Opposite this windowed wall is an arrangement of 3 paintings and another grouping of pottery, this time with the addition of wildflowers. This moment in the show could be taken straight from someone’s living room. Two of the paintings are by Minami Kobayashi, “One of the Twin”and “Behind Me”, both have that lovely surface and matte touch of egg tempera. They are the same size and a limited color palette but this is where the two painting’s similarities end. “One of Twin”, reminds me of a 1960’s fashion illustration or what an Alex Katz painting might look like stripped down to it’s initial gesture drawing. The figure further from us has an unnerving, pouty gaze and blank stare. The repeated green forms create visual rhythm, it is the green of girl scout uniforms, making me wonder if this androgynous person is a child. The figure closest to us is severely cropped so that we see only an ear, a sliver of face and their green hair wrapped in a kerchief. “Behind Me” has the centrality of Leonardo DaVinci’s “Salvator Mundi. I read the composition similar to a Byzantine icon or a landscape.
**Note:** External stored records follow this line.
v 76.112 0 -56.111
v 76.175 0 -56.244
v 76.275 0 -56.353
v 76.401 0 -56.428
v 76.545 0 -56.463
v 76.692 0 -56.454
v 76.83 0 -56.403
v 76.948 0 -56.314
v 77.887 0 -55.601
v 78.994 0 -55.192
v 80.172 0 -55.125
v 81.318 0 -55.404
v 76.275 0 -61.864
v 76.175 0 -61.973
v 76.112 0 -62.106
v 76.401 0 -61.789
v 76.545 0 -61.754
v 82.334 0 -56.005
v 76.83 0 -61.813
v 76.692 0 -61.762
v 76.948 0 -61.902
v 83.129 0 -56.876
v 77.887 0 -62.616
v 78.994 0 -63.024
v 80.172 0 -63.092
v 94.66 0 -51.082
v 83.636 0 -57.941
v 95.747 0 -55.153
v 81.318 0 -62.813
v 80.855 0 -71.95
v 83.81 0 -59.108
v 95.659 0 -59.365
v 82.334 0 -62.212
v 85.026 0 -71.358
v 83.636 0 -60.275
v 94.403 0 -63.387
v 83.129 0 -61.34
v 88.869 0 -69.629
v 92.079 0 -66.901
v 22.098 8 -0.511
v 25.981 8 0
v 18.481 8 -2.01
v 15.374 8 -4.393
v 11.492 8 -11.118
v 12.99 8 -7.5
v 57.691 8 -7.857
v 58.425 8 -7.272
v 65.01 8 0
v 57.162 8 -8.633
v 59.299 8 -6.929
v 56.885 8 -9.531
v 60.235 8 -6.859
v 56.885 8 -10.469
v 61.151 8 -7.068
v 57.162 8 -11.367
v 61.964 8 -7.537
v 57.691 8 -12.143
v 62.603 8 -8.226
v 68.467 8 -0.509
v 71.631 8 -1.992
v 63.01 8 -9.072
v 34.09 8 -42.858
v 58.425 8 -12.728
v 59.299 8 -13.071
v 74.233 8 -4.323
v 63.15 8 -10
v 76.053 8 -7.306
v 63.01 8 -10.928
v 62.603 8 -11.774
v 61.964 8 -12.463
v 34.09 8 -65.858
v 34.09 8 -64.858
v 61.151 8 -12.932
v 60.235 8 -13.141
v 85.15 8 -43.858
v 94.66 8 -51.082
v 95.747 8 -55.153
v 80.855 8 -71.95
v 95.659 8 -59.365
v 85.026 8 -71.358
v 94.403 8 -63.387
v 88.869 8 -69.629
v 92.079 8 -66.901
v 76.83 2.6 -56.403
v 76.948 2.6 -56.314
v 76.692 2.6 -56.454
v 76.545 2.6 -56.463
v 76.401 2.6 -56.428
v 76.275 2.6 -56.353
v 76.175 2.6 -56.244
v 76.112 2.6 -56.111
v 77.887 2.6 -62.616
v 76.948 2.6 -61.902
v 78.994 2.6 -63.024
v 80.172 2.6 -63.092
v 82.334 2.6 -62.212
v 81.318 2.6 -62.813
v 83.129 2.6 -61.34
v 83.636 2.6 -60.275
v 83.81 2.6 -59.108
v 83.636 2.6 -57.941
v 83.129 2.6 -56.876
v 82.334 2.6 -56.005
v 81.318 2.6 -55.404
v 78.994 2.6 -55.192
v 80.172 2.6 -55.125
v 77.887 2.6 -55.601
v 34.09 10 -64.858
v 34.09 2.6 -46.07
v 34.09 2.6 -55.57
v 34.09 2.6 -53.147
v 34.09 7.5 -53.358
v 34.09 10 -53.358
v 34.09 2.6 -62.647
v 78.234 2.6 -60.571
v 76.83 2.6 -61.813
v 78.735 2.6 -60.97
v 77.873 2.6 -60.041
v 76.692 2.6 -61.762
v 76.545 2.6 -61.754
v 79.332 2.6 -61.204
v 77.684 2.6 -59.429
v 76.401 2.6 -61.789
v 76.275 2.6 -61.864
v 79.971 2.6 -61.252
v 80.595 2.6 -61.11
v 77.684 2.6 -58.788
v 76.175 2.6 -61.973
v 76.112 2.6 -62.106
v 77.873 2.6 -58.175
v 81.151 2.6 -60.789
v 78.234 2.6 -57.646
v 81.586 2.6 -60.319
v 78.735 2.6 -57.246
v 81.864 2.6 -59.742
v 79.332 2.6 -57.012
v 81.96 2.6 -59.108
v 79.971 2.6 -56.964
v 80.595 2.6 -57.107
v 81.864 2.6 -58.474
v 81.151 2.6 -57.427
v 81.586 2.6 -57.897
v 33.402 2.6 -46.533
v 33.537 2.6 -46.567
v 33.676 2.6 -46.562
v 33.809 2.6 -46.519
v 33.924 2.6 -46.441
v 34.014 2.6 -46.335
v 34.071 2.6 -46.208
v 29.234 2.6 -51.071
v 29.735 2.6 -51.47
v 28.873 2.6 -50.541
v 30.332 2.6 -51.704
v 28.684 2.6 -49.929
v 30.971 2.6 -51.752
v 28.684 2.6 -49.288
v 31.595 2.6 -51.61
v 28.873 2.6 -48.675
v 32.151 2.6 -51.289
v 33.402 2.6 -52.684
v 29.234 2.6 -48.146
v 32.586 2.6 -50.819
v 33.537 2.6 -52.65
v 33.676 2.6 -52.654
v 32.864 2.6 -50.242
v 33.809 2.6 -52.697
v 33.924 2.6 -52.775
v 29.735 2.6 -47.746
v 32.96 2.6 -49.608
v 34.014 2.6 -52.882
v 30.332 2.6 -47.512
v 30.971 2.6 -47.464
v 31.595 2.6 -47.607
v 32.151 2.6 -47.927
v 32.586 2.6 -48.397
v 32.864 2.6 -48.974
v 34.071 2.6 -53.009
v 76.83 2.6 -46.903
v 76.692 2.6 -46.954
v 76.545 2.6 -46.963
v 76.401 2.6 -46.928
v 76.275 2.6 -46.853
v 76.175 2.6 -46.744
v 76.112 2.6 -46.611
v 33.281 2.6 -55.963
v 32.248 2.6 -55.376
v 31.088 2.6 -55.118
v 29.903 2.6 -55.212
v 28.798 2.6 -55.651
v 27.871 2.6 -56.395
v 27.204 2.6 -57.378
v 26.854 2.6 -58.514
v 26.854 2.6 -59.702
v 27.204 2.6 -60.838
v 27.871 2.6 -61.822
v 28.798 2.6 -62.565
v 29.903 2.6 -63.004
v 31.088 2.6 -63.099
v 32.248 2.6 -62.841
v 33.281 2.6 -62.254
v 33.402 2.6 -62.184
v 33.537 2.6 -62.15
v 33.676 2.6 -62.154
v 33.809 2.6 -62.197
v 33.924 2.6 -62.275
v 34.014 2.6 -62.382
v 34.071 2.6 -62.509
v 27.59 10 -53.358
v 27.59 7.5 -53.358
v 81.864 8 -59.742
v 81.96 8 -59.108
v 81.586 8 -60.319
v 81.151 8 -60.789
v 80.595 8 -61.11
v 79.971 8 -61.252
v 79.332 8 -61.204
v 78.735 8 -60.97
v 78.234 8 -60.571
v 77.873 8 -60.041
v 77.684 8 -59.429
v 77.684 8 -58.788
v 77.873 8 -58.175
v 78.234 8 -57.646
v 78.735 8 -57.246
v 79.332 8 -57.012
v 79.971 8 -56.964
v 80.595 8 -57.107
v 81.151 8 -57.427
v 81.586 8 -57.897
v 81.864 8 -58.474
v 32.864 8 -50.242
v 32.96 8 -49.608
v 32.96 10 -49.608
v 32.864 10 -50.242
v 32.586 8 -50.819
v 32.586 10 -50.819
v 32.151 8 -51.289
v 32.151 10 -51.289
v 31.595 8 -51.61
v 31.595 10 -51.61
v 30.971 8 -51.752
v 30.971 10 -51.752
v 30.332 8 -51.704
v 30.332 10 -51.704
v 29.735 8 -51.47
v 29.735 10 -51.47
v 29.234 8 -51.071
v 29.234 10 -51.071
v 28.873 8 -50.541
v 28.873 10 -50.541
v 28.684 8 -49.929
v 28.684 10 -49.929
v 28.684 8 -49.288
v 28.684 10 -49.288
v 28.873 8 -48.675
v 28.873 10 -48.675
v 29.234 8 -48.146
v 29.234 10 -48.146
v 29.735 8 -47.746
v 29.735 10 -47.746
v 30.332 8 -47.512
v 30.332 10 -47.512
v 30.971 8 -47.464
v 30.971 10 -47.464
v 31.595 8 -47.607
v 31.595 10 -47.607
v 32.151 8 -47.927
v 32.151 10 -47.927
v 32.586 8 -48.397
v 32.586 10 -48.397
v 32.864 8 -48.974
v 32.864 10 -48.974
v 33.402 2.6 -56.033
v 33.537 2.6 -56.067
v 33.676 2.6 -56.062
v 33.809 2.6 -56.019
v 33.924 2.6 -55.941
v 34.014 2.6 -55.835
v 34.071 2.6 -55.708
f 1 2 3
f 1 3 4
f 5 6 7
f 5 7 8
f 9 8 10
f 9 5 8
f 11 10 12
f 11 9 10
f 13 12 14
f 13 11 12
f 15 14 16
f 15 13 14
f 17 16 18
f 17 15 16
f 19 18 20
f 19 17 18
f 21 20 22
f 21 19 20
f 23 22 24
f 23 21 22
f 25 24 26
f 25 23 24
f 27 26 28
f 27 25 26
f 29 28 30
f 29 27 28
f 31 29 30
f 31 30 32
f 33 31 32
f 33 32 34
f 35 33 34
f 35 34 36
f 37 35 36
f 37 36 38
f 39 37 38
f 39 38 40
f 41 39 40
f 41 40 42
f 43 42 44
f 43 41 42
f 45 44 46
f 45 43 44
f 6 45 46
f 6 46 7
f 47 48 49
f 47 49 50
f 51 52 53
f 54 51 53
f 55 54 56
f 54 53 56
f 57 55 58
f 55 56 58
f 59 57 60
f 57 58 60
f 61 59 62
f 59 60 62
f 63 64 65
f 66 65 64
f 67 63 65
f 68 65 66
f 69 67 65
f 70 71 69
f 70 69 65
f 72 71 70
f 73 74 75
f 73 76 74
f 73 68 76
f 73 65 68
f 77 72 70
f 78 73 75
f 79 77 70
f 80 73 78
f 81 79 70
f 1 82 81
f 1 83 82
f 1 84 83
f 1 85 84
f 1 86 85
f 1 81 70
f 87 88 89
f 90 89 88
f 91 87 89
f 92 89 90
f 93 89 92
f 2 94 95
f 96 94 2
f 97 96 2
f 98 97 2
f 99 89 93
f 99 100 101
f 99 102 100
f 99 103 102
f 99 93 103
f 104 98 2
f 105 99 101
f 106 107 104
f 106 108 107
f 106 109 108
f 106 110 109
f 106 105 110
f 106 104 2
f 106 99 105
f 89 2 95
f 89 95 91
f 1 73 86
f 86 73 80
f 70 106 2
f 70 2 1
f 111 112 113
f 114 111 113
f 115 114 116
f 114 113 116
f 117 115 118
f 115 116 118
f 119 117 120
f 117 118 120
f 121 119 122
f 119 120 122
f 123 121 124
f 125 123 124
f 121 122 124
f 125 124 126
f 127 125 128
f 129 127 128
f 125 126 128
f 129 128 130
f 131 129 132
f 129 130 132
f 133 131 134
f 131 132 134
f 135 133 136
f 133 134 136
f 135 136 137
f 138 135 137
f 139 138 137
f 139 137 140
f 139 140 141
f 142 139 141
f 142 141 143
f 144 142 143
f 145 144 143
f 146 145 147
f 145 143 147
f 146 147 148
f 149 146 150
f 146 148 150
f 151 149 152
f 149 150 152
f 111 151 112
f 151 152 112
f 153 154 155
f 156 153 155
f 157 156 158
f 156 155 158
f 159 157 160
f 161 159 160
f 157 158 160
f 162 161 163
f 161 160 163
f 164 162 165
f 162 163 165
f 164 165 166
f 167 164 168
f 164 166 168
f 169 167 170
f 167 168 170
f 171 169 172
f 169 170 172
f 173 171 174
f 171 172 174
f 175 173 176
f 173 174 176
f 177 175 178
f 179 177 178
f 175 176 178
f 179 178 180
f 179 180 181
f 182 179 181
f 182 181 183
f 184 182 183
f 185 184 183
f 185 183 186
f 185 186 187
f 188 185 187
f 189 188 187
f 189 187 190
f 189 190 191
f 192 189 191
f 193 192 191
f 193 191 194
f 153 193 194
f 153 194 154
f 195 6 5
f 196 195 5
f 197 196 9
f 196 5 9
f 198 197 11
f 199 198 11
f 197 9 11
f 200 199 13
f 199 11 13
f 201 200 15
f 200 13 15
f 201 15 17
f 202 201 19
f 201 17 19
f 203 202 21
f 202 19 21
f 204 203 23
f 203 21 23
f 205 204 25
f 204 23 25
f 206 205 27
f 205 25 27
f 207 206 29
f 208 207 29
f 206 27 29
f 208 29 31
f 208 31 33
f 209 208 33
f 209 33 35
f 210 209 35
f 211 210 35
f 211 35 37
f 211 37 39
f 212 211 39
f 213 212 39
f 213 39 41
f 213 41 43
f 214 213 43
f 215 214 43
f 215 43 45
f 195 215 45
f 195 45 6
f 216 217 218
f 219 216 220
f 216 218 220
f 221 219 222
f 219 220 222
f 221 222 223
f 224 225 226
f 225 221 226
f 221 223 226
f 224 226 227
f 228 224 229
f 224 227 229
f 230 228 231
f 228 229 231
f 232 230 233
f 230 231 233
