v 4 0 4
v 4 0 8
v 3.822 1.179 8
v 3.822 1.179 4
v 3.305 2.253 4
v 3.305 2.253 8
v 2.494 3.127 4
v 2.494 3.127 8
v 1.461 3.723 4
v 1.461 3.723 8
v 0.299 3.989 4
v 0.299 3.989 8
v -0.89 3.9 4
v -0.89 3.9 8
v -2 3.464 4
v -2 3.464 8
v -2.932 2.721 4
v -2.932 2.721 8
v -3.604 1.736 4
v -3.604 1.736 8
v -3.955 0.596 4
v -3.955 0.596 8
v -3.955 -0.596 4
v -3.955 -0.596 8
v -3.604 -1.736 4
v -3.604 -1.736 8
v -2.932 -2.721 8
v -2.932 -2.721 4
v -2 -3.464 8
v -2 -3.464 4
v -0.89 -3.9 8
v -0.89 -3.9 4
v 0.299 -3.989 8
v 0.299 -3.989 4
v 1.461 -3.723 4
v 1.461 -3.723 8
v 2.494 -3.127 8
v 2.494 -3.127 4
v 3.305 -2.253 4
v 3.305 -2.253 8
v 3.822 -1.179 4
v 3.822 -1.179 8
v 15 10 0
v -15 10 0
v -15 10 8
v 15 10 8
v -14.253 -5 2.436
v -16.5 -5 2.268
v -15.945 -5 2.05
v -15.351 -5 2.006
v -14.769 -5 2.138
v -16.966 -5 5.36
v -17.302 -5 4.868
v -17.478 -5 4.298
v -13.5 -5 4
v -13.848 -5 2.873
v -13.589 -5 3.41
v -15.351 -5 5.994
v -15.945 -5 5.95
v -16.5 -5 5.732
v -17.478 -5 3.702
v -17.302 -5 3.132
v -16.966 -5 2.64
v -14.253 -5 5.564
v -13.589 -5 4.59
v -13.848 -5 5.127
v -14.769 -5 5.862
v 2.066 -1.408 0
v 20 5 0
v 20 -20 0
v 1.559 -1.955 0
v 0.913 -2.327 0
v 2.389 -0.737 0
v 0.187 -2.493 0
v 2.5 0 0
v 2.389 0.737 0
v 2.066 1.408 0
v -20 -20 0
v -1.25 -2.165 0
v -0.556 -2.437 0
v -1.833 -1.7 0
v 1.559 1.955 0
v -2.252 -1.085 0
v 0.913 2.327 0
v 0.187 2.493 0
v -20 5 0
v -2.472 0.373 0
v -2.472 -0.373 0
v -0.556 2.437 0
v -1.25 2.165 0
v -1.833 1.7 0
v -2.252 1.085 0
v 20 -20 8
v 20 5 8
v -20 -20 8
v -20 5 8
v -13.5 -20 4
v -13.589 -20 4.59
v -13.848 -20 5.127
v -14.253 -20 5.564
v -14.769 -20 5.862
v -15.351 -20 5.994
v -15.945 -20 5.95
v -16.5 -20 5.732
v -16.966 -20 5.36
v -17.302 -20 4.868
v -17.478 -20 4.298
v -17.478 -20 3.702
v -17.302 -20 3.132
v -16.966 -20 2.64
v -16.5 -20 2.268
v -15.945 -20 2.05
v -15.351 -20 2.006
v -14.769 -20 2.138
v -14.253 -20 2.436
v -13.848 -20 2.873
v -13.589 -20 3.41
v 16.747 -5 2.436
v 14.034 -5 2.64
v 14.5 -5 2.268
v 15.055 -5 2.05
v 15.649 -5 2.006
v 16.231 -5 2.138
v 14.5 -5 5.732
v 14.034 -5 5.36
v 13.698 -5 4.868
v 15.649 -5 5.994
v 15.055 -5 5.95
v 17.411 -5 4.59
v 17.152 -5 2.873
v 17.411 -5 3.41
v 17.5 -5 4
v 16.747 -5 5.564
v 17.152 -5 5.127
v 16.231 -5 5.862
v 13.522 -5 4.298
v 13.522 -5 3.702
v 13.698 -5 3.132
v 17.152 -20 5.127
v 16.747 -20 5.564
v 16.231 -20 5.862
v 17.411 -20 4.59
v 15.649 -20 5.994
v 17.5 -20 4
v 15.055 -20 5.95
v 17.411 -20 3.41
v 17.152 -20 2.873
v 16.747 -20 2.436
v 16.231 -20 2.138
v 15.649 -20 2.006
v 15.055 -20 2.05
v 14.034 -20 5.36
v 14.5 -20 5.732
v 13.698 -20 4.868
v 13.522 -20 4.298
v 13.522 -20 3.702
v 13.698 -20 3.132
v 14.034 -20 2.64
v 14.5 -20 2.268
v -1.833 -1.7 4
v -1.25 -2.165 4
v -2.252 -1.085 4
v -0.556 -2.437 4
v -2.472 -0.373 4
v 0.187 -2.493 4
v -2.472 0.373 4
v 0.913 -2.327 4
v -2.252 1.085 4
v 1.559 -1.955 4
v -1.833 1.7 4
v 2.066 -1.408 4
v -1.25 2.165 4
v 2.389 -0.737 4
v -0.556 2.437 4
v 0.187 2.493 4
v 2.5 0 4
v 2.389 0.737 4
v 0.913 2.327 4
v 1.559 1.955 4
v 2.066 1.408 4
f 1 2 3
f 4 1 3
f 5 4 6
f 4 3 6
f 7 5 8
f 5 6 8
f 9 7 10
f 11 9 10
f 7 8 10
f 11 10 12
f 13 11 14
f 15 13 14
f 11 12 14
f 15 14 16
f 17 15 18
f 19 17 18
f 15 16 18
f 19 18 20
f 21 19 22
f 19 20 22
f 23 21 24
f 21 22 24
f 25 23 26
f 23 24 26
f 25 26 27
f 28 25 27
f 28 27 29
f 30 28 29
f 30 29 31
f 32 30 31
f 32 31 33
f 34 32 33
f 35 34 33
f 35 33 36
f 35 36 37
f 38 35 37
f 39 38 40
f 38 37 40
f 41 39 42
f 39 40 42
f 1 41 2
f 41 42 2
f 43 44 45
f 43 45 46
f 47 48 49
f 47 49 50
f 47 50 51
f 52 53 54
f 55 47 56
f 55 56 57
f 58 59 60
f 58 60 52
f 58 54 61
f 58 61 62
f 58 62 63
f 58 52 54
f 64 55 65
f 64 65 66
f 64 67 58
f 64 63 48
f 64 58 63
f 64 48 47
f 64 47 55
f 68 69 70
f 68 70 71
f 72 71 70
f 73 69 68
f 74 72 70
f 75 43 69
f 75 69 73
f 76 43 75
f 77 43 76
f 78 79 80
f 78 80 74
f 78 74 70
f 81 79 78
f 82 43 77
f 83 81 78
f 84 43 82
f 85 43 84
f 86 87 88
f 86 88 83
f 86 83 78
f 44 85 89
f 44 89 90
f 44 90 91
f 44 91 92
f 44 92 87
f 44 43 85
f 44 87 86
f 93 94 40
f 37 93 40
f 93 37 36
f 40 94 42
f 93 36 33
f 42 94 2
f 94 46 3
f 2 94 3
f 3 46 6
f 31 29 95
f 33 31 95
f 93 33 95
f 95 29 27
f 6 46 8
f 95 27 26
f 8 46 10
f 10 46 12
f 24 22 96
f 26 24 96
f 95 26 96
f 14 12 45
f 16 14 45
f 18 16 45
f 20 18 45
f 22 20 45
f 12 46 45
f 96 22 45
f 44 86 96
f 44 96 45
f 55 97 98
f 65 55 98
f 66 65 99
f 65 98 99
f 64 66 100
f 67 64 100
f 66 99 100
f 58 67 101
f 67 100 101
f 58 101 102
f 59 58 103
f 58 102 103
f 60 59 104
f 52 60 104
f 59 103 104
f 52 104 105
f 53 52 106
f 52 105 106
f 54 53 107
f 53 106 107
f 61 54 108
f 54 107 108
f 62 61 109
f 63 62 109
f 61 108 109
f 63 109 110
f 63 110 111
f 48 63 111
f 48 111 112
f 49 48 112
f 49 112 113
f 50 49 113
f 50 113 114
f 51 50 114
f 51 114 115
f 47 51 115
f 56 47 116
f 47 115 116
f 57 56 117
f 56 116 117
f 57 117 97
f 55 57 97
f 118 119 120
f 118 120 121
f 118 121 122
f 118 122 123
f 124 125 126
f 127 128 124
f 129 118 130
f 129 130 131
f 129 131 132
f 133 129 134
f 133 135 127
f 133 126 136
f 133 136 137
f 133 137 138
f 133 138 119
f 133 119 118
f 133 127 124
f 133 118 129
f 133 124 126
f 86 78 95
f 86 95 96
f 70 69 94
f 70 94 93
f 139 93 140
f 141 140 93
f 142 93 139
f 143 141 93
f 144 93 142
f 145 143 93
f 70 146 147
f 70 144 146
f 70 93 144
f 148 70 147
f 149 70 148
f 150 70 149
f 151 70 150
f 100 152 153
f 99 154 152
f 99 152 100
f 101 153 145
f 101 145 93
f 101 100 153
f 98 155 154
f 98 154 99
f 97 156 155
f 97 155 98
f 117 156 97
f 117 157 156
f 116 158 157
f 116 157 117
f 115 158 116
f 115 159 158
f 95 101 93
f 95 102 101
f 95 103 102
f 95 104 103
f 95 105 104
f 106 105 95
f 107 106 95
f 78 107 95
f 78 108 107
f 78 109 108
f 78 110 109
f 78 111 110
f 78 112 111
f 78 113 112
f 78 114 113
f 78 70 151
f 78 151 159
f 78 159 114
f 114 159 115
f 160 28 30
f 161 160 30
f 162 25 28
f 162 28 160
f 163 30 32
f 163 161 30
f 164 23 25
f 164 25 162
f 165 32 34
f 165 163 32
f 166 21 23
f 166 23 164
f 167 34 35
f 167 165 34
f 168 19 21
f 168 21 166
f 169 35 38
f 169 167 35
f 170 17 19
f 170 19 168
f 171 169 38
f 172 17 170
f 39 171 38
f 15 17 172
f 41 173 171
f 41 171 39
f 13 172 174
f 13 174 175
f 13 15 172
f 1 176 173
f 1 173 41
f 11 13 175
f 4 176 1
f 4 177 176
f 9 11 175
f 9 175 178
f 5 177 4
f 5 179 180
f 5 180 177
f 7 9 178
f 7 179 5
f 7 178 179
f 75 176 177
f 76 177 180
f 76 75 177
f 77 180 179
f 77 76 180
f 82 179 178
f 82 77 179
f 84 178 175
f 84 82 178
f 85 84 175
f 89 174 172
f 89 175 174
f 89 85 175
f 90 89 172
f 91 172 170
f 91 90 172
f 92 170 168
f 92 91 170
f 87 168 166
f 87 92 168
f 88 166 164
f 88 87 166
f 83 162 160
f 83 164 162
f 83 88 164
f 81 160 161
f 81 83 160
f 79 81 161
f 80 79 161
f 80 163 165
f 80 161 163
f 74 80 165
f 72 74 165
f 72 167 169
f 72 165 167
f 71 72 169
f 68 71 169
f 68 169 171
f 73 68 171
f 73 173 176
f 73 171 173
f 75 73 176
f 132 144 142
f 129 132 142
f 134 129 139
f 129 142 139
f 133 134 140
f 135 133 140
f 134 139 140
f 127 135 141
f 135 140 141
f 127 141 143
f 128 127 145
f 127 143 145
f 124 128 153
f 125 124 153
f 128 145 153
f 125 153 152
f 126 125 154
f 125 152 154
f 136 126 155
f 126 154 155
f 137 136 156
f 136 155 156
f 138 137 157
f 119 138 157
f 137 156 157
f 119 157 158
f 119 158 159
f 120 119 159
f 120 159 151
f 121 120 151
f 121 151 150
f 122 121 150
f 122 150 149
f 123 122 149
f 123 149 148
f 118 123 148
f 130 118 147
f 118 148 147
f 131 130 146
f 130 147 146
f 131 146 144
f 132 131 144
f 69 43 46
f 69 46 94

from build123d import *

# Parameters (mm, degrees)
ESQUISSE1_R      = 2.5
EXTRUSION1_DEPTH = 8
ESQUISSE2_R      = 4
EXTRUSION2_DEPTH = 4
ESQUISSE3_R      = 2
EXTRUSION3_DEPTH = 15


with BuildPart() as part:
    # Esquisse1 → Extrusion1 (new body)
    with BuildSketch(Plane.XY):
        Polygon((-20, -20), (-20, 5), (-15, 10), (15, 10), (20, 5), (20, -20), align=None)
        Circle(ESQUISSE1_R, mode=Mode.SUBTRACT)
    extrude(amount=EXTRUSION1_DEPTH)

    # Esquisse2 → Extrusion2 (cut)
    with BuildSketch(Plane.XY.offset(8)):
        Circle(ESQUISSE2_R)
    extrude(amount=-EXTRUSION2_DEPTH, mode=Mode.SUBTRACT)

    # Esquisse3 → Extrusion3 (cut)
    with BuildSketch(Plane.XZ.offset(20)):
        with Locations((-15.5, 4)):
            Circle(ESQUISSE3_R)
        with Locations((15.5, 4)):
            Circle(ESQUISSE3_R)
    extrude(amount=-EXTRUSION3_DEPTH, mode=Mode.SUBTRACT)


solid = part.part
Either strategy creates a visual path and a context in which to consider the words of the artist’s title “Behind Me”. What I always enjoy about Kobayashi’s paintings is the way she uses memory and imagination to unearth a new reality. Baudelaire called memory “The queen of all faculties”and her work reminds us of that. Kobayashi’s painted moments feel unfixed and fleeting in their abbreviations. The pleasure of the making of this work is felt.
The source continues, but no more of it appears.